### THE INPUT
[Start of section]
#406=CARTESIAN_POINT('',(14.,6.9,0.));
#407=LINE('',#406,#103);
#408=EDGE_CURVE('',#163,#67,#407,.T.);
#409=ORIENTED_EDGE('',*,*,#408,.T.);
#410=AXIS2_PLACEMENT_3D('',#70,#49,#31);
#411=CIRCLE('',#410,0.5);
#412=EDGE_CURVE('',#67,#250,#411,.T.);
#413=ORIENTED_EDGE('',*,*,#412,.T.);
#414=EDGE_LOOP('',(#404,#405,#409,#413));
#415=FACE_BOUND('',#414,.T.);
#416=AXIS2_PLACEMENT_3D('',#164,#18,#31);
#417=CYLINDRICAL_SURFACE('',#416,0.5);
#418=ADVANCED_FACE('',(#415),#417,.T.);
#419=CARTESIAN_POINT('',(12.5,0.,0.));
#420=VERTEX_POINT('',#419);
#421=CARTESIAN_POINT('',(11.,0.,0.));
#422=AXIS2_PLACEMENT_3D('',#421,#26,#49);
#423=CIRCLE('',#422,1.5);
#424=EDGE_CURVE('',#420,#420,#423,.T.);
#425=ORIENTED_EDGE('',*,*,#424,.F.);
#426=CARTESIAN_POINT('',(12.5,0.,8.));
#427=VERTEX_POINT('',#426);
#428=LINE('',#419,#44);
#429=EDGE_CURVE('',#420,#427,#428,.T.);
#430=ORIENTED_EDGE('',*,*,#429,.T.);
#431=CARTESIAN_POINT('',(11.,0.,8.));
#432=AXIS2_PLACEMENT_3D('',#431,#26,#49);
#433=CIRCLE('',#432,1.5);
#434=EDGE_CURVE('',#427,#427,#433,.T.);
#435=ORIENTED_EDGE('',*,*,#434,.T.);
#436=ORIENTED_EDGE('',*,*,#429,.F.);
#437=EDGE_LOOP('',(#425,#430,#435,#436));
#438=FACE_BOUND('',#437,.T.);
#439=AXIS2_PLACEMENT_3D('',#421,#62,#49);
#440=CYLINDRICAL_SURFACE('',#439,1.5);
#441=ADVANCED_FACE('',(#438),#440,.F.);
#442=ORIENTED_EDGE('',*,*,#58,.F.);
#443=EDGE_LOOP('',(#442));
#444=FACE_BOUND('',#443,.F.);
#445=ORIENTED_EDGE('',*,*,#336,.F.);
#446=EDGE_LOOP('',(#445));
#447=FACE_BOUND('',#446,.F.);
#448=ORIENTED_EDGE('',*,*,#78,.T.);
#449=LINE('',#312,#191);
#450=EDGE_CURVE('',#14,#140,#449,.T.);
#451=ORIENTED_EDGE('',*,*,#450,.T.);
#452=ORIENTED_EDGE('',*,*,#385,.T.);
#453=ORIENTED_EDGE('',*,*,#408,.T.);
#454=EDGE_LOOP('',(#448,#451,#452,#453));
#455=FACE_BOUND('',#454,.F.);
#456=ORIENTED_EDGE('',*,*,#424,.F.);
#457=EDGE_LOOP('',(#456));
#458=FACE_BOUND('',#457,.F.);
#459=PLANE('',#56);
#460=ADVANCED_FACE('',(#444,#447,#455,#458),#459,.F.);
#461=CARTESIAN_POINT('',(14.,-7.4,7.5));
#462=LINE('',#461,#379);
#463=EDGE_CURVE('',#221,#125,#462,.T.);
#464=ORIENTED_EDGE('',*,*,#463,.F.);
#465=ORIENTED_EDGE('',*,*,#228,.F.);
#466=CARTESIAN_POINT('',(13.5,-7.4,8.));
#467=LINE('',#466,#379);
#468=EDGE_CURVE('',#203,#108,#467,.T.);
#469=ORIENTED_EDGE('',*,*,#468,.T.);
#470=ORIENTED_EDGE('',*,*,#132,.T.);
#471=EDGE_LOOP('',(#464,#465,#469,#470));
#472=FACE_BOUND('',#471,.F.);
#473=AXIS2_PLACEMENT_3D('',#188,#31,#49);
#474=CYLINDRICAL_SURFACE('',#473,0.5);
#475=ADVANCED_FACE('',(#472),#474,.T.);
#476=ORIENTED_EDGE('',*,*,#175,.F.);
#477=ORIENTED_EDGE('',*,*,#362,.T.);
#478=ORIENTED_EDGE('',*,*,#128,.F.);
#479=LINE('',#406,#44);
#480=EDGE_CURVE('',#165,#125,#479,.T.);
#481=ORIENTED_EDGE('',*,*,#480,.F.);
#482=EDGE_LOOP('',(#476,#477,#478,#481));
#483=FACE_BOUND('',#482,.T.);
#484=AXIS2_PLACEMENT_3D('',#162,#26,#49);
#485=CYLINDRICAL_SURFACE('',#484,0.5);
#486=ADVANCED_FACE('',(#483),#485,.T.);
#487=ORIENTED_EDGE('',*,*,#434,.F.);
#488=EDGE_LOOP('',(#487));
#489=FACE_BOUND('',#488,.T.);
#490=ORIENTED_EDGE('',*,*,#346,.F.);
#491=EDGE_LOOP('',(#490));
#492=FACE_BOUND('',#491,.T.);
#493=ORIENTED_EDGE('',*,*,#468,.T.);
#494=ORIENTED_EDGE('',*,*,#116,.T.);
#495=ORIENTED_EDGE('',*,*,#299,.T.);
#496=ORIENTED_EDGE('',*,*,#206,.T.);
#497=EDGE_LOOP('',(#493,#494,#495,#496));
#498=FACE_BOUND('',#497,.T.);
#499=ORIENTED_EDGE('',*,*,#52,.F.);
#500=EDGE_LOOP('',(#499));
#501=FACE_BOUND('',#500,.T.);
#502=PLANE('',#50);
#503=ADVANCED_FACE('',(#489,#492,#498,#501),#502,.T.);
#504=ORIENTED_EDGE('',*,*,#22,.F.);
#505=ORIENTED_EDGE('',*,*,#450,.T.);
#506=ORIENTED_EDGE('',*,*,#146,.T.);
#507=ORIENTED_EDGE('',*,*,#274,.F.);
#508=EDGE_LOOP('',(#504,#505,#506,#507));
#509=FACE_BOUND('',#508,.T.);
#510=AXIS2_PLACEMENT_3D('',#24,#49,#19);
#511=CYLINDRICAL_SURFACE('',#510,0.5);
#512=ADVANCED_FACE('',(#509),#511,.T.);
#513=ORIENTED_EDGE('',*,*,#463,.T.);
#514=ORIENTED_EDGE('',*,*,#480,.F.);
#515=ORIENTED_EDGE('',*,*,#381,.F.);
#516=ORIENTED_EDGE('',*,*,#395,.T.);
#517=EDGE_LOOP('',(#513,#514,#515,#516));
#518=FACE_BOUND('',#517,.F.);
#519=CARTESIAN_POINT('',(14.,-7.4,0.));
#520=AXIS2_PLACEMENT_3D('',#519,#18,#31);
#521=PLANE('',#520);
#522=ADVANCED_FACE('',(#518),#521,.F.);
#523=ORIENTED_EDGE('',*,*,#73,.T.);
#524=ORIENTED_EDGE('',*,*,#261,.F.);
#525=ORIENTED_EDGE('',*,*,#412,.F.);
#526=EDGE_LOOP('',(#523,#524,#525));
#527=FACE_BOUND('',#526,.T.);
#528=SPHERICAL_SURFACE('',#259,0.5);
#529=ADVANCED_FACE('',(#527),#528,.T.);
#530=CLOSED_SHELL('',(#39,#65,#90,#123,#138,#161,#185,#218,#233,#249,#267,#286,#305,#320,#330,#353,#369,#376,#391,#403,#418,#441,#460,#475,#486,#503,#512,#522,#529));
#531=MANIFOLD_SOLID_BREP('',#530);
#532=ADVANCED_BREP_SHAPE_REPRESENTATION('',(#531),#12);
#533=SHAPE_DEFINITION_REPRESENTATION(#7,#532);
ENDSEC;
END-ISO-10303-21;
[End of section]
### WHAT IS EXPECTED
Your answer should be the lines of the listing above between the line holding "#433=CIRCLE('',#432,1.5);" and the line holding "#449=LINE('',#312,#191);", inclusive, restated word for word and alone.

### RESULT OF THIS TASK
#433=CIRCLE('',#432,1.5);
#434=EDGE_CURVE('',#427,#427,#433,.T.);
#435=ORIENTED_EDGE('',*,*,#434,.T.);
#436=ORIENTED_EDGE('',*,*,#429,.F.);
#437=EDGE_LOOP('',(#425,#430,#435,#436));
#438=FACE_BOUND('',#437,.T.);
#439=AXIS2_PLACEMENT_3D('',#421,#62,#49);
#440=CYLINDRICAL_SURFACE('',#439,1.5);
#441=ADVANCED_FACE('',(#438),#440,.F.);
#442=ORIENTED_EDGE('',*,*,#58,.F.);
#443=EDGE_LOOP('',(#442));
#444=FACE_BOUND('',#443,.F.);
#445=ORIENTED_EDGE('',*,*,#336,.F.);
#446=EDGE_LOOP('',(#445));
#447=FACE_BOUND('',#446,.F.);
#448=ORIENTED_EDGE('',*,*,#78,.T.);
#449=LINE('',#312,#191);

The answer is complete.